In addition to the intelligent species that inhabit Utapau, several animal species are endemic to the planet.

Giant spiders, known as ginnthos, can be seen all over the rocky planet, even in the cities of the Utais. They are large, black and purple in colour, and capture their prey.

Other, more peaceful, species of animal were domesticated by the Utais, such as the varactyls, giant lizards with clawed feet that served as mounts for the peoples of the planet. Cold-blooded herbivores, they sport numerous multicoloured feathers.

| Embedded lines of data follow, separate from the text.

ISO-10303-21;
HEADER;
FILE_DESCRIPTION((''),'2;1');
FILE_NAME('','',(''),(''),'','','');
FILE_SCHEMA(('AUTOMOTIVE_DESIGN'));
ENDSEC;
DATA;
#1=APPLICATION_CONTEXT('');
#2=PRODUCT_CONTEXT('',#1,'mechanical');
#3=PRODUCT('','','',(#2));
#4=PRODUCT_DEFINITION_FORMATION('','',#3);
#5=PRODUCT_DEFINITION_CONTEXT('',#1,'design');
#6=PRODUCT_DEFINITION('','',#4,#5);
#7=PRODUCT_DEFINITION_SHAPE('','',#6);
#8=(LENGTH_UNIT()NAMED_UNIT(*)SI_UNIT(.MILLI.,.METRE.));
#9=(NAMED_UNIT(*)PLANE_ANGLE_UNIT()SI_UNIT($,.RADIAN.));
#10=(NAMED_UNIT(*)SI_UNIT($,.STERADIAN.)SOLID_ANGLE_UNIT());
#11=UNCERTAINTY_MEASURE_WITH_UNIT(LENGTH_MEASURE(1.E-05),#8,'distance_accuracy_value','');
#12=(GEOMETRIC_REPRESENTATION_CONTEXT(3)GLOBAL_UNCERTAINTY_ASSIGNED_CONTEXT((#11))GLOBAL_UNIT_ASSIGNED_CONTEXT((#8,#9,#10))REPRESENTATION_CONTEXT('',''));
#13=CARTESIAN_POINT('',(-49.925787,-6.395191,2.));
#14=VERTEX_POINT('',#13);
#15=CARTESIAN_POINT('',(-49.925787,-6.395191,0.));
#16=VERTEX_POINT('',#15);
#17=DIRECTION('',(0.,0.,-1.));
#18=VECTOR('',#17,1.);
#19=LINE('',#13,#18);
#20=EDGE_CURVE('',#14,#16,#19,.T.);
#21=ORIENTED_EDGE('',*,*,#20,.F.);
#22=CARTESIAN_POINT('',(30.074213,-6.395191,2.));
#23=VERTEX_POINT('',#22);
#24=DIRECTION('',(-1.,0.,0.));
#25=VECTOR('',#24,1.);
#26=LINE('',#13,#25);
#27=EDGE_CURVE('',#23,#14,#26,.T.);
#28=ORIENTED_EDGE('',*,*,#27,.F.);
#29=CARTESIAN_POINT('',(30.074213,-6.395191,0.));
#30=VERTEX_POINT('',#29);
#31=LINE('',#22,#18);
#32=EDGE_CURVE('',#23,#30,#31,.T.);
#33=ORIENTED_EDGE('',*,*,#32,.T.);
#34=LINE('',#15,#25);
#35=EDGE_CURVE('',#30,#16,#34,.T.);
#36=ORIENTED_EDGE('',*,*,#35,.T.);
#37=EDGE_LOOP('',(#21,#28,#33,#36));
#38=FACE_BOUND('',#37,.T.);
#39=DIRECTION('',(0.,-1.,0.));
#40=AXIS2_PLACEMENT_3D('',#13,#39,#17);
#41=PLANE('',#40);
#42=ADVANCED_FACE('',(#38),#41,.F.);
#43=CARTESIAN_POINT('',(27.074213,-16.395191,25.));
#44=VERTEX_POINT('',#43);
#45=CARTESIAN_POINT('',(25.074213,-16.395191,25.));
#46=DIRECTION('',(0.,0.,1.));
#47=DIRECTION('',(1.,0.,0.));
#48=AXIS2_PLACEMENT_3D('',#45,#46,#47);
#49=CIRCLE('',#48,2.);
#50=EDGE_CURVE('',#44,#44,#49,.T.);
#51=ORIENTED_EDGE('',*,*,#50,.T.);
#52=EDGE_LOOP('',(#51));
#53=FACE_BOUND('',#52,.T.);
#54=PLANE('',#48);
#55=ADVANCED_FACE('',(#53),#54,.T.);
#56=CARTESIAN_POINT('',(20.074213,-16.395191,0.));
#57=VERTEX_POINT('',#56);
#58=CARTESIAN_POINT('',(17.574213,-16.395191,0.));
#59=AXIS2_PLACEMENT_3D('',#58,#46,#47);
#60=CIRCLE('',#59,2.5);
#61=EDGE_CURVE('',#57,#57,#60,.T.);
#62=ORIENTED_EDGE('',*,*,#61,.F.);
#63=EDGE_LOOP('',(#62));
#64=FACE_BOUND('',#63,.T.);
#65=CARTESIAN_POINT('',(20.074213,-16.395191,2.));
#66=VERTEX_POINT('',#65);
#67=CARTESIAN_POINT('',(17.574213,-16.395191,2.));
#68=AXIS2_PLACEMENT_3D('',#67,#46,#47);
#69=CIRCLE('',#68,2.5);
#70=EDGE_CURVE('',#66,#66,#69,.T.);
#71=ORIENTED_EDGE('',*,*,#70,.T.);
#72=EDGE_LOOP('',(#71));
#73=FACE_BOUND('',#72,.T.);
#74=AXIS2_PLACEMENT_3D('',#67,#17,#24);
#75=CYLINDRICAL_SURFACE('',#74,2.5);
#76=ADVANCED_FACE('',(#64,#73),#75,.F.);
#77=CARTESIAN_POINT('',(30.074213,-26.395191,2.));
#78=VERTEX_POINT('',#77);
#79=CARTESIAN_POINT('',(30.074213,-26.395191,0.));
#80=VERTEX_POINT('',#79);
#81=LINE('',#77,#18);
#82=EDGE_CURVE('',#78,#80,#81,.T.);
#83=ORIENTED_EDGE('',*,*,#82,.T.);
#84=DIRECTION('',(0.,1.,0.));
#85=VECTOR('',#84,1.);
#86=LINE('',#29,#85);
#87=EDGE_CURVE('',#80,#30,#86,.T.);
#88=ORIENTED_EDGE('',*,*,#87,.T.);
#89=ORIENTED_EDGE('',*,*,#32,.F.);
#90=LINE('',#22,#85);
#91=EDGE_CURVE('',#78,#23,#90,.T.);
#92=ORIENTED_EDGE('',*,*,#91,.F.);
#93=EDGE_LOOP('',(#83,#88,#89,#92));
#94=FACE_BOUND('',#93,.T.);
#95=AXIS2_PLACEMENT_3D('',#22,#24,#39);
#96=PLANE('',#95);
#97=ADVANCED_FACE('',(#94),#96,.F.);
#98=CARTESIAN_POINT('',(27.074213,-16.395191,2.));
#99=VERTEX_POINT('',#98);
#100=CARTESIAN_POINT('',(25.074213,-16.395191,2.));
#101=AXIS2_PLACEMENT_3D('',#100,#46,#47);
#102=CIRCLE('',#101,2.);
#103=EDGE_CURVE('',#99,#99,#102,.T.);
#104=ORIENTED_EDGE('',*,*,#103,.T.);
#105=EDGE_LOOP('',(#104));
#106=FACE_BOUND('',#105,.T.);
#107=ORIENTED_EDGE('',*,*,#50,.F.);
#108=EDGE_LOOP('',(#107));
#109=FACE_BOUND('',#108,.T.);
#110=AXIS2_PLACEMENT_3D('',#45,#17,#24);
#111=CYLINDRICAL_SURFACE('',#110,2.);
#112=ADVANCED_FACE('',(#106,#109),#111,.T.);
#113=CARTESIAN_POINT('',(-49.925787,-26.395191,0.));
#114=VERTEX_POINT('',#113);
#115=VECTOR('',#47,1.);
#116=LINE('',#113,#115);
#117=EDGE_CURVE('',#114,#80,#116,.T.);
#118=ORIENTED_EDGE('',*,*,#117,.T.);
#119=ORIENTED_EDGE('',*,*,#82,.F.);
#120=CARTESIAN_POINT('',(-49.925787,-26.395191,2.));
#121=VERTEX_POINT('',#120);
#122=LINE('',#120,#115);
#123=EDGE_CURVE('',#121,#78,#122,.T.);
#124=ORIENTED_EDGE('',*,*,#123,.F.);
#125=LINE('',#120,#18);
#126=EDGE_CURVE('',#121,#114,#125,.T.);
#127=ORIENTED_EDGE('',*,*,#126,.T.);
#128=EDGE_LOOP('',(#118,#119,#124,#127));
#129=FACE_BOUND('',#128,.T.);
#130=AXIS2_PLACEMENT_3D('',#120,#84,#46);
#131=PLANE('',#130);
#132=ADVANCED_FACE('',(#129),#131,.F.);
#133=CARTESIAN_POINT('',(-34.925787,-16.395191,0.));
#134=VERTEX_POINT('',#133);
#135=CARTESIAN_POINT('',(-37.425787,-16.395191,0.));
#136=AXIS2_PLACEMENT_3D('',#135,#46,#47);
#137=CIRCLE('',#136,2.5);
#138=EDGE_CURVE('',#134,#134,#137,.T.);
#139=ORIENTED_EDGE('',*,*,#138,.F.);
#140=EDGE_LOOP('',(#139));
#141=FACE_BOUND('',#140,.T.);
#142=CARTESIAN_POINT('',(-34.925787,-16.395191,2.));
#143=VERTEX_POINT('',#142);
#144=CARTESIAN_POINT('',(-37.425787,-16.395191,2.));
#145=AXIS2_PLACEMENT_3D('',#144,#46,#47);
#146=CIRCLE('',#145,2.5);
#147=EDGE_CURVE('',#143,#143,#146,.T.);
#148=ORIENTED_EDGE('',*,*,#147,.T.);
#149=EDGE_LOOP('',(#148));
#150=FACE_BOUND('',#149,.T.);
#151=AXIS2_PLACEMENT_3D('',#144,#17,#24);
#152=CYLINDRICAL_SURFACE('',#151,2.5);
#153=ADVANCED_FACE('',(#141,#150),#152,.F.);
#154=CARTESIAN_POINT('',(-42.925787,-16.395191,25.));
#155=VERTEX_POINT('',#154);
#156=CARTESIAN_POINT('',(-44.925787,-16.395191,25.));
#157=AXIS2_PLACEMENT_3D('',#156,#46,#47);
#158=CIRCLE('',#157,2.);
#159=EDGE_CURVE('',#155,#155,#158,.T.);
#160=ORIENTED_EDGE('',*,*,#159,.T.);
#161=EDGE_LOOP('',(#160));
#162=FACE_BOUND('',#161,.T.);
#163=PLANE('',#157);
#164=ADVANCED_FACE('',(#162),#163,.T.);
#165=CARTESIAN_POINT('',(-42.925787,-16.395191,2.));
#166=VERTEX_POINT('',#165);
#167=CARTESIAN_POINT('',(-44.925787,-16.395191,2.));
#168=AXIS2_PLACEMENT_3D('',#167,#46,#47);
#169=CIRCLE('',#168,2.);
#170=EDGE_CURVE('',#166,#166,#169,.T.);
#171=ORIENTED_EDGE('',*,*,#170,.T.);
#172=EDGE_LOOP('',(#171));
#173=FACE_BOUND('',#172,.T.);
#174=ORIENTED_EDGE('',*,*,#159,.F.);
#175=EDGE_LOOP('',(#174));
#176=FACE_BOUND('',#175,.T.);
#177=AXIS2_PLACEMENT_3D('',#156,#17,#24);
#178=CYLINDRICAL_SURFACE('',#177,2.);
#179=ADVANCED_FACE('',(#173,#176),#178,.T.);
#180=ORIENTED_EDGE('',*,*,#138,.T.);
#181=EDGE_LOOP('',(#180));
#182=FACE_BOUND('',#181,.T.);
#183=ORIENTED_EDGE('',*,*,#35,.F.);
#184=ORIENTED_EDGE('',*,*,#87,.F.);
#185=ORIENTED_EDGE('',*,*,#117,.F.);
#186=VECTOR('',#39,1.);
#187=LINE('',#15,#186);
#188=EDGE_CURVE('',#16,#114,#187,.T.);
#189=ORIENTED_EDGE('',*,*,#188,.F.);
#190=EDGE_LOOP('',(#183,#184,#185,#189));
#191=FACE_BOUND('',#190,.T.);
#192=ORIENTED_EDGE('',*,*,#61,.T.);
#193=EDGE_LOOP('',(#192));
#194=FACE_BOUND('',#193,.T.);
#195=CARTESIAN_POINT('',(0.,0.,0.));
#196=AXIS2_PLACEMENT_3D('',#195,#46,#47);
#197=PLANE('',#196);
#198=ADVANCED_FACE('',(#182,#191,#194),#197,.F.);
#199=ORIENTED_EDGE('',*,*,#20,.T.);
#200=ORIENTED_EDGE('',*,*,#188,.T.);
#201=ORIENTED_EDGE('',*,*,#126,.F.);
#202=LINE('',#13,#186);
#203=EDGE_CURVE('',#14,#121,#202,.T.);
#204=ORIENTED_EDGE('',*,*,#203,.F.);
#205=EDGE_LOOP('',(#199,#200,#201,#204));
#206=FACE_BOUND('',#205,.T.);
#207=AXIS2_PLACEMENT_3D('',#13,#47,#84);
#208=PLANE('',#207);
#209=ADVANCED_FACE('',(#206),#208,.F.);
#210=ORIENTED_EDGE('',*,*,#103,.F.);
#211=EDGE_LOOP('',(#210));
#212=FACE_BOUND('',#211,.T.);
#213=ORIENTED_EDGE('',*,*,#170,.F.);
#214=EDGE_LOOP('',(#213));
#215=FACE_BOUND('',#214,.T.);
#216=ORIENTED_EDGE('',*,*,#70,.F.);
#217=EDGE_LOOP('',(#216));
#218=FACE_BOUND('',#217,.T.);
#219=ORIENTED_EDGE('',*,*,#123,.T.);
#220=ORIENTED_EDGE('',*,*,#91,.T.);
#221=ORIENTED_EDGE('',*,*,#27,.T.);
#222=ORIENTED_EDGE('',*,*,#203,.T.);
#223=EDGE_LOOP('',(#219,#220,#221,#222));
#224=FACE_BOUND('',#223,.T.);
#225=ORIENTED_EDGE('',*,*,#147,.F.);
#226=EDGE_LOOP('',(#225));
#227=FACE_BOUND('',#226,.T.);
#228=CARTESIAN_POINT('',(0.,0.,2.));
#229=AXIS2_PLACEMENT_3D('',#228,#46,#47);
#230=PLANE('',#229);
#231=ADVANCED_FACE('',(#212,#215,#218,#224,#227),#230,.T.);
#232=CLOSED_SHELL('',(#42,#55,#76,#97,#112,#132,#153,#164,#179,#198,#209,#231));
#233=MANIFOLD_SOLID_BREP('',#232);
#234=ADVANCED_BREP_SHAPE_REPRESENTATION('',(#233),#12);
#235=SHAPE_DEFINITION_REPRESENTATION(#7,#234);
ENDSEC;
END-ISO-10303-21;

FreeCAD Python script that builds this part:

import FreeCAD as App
import Part
import Sketcher
Q = App.Units.Quantity

doc = App.newDocument("Part")
body = doc.addObject("PartDesign::Body", "Body")

# Sketch on XY plane
sketch1 = doc.addObject("Sketcher::SketchObject", "Sketch")
body.addObject(sketch1)
sketch1.AttachmentSupport = (doc.XY_Plane, [""])
sketch1.MapMode = "FlatFace"
sketch1.addGeometry([
    Part.LineSegment(App.Vector(-49.925787, -6.395191, 0), App.Vector(-49.925787, -26.395191, 0)),  # 0
    Part.LineSegment(App.Vector(-49.925787, -26.395191, 0), App.Vector(30.074213, -26.395191, 0)),  # 1
    Part.LineSegment(App.Vector(30.074213, -26.395191, 0), App.Vector(30.074213, -6.395191, 0)),  # 2
    Part.LineSegment(App.Vector(30.074213, -6.395191, 0), App.Vector(-49.925787, -6.395191, 0)),  # 3
    Part.Circle(App.Vector(-37.425787, -16.395191, 0), App.Vector(0, 0, 1), 2.5),  # 4
    Part.Circle(App.Vector(17.574213, -16.395191, 0), App.Vector(0, 0, 1), 2.5),  # 5
], False)
sketch1.addConstraint([
    Sketcher.Constraint("Coincident", 0, 2, 1, 1),
    Sketcher.Constraint("Coincident", 1, 2, 2, 1),
    Sketcher.Constraint("Coincident", 2, 2, 3, 1),
    Sketcher.Constraint("Coincident", 3, 2, 0, 1),
    Sketcher.Constraint("Vertical", 0),
    Sketcher.Constraint("Horizontal", 1),
    Sketcher.Constraint("Vertical", 2),
    Sketcher.Constraint("Horizontal", 3),
    Sketcher.Constraint("Equal", 4, 5),
    Sketcher.Constraint("Horizontal", 4, 3, 5, 3),
    Sketcher.Constraint("Diameter", 4, Q("5 mm")),
    Sketcher.Constraint("DistanceX", 1, 1, 1, 2, Q("80 mm")),
    Sketcher.Constraint("DistanceY", 0, 2, 0, 1, Q("20 mm")),
    Sketcher.Constraint("DistanceX", 4, 3, 5, 3, Q("55 mm")),
    Sketcher.Constraint("DistanceY", 0, 2, 4, 3, Q("10 mm")),
    Sketcher.Constraint("DistanceX", 0, 2, 4, 3, Q("12.5 mm")),
    Sketcher.Constraint("DistanceY", 4, 3, -1, 1, Q("16.395191 mm")),
    Sketcher.Constraint("DistanceX", 4, 3, -1, 1, Q("37.425787 mm")),
])
pad1 = doc.addObject("PartDesign::Pad", "Pad")
body.addObject(pad1)
pad1.Profile = sketch1
pad1.Length = 2

# Sketch on XY plane
sketch2 = doc.addObject("Sketcher::SketchObject", "Sketch001")
body.addObject(sketch2)
sketch2.AttachmentSupport = (doc.XY_Plane, [""])
sketch2.MapMode = "FlatFace"
sketch2.AttachmentOffset = App.Placement(App.Vector(0, 0, 2), App.Rotation())
sketch2.addGeometry([
    Part.Circle(App.Vector(25.074213, -16.395191, 0), App.Vector(0, 0, 1), 2),
    Part.Circle(App.Vector(-44.925787, -16.395191, 0), App.Vector(0, 0, 1), 2),
], False)
sketch2.addConstraint([
    Sketcher.Constraint("Equal", 0, 1),
    Sketcher.Constraint("Horizontal", 0, 3, 1, 3),
    Sketcher.Constraint("Diameter", 0, Q("4 mm")),
    Sketcher.Constraint("DistanceX", 1, 3, 0, 3, Q("70 mm")),
    Sketcher.Constraint("DistanceY", 0, 3, -1, 1, Q("16.395191 mm")),
    Sketcher.Constraint("DistanceX", -1, 1, 0, 3, Q("25.074213 mm")),
])
pad2 = doc.addObject("PartDesign::Pad", "Pad001")
body.addObject(pad2)
pad2.Profile = sketch2
pad2.Length = 23

doc.recompute()
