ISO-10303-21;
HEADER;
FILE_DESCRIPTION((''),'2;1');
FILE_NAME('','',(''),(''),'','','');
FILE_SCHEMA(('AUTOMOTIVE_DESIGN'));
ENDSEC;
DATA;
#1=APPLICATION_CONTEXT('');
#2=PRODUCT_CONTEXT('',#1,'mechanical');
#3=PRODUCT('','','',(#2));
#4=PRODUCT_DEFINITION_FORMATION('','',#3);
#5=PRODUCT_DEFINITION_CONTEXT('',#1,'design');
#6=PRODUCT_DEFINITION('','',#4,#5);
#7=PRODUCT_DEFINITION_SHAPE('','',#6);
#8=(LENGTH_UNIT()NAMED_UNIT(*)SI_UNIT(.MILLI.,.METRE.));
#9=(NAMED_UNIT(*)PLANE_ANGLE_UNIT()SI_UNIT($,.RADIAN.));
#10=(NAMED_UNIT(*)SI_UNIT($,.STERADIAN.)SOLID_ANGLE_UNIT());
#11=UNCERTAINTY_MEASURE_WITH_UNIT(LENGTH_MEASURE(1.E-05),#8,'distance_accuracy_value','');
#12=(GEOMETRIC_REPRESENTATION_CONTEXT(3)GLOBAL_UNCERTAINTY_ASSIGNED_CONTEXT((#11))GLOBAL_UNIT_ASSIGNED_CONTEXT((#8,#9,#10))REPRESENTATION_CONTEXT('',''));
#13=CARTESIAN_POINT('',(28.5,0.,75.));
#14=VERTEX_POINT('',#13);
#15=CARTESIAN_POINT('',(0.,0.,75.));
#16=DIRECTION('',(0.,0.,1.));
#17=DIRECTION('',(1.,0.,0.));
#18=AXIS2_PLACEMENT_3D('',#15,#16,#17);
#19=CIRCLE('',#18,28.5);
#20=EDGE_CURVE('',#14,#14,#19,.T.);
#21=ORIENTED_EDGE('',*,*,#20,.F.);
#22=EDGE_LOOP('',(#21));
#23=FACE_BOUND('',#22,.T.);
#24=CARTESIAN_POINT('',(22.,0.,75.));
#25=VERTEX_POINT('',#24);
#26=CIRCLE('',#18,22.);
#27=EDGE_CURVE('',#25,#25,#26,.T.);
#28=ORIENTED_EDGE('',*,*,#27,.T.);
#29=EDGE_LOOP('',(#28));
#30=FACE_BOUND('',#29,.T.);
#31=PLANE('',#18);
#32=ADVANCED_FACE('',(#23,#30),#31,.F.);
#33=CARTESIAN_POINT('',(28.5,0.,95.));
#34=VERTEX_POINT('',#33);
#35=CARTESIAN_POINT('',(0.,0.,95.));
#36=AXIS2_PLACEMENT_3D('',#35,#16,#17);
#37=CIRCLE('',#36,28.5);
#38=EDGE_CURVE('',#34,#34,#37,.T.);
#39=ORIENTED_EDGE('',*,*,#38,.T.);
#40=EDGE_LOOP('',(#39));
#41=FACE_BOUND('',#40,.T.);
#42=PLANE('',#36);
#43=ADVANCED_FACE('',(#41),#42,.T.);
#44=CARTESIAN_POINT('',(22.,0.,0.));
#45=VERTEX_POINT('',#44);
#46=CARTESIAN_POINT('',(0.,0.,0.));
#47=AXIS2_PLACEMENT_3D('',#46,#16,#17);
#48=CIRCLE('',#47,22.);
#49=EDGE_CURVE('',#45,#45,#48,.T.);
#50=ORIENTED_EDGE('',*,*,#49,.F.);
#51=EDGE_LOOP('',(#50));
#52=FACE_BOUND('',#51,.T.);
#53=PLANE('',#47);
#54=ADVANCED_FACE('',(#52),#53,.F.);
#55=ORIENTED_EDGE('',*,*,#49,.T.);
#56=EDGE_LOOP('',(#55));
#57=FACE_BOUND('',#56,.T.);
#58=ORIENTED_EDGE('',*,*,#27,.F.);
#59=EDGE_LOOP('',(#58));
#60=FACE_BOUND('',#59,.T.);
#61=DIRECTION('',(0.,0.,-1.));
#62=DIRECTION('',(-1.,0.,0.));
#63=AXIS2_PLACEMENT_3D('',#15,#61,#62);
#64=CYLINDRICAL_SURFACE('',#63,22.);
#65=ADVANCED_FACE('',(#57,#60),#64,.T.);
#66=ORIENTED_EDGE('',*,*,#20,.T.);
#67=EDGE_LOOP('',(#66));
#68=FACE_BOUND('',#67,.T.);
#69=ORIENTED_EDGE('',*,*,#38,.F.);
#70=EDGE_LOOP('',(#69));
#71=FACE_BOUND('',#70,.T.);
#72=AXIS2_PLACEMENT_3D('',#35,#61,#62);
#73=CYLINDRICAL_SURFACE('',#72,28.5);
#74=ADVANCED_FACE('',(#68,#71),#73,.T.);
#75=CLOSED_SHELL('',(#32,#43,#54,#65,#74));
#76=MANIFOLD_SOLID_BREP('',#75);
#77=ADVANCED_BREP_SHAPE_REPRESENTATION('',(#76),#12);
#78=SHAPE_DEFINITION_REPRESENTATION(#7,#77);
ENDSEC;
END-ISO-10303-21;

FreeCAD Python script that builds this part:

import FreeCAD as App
import Part
import Sketcher

V = App.Vector
Q = App.Units.Quantity

doc = App.newDocument("Part")
params = doc.addObject("Spreadsheet::Sheet", "Params")
for row, (alias, value) in enumerate([
    ("sketch1_diameter", "44 mm"),
    ("pad1_length", "75 mm"),
    ("sketch2_diameter", "57 mm"),
    ("pad2_length", "20 mm"),
], start=1):
    params.set(f"A{row}", alias)
    params.set(f"B{row}", "=" + value)
    params.setAlias(f"B{row}", alias)

body = doc.addObject("PartDesign::Body", "Body")

# Sketch on XY plane
sketch1 = body.newObject("Sketcher::SketchObject", "Sketch")
sketch1.AttachmentSupport = (doc.getObject("XY_Plane"), [""])
sketch1.MapMode = "FlatFace"
sketch1.addGeometry(Part.Circle(V(0, 0, 0), V(0, 0, 1), 22), False)
sketch1.addConstraint([
    Sketcher.Constraint("Coincident", 0, 3, -1, 1),
    Sketcher.Constraint("Diameter", 0, Q("44 mm")),
])
sketch1.setExpression("Constraints[1]", "Params.sketch1_diameter")
pad1 = body.newObject("PartDesign::Pad", "Pad")
pad1.Profile = sketch1
pad1.setExpression("Length", "Params.pad1_length")

# Sketch on XY plane
sketch2 = body.newObject("Sketcher::SketchObject", "Sketch001")
sketch2.AttachmentSupport = (doc.getObject("XY_Plane"), [""])
sketch2.MapMode = "FlatFace"
sketch2.AttachmentOffset = App.Placement(V(0, 0, 75), App.Rotation())
sketch2.addGeometry(Part.Circle(V(0, 0, 0), V(0, 0, 1), 28.5), False)
sketch2.addConstraint([
    Sketcher.Constraint("Coincident", 0, 3, -1, 1),
    Sketcher.Constraint("Diameter", 0, Q("57 mm")),
])
sketch2.setExpression("Constraints[1]", "Params.sketch2_diameter")
pad2 = body.newObject("PartDesign::Pad", "Pad001")
pad2.Profile = sketch2
pad2.setExpression("Length", "Params.pad2_length")

doc.recompute()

Winged mounts are also used by the Pau'ans: dactillions. Similar to pterosaurs, they soar through the planet's air using the winds that sweep across it and cling to the walls of wells using their powerful claws.

=== Living and technology ===
Despite the inhospitable surface, the inhabitants of Utapau created cities built on the walls of the underground Utapau caves. These cities grew rich mainly through mining. Precious minerals are found beneath the surface of the planet, in the large underground ocean. The Pau'ans are also experts at harnessing the wind, which they use to power their vertical cities

The planet's main astroport is that of its capital: Pau City. During the Battle of Utapau, the administrator of this port was the pau'an Tion Medon, descendant of the man who unified the different populations of Utapau. Due to the lack of vegetation on the planet's surface, bone is the main building material. This architectural style, known as "ossic", uses the skeletons of various gigantic creatures inhabiting the subterranean ocean to construct the planet's buildings. The bones are used in their raw state, dried or fossilised as required. Utapau's cities, located on the surface of the large chasms covering the planet, often extend several levels below the surface. Several underground passages link the various cities together.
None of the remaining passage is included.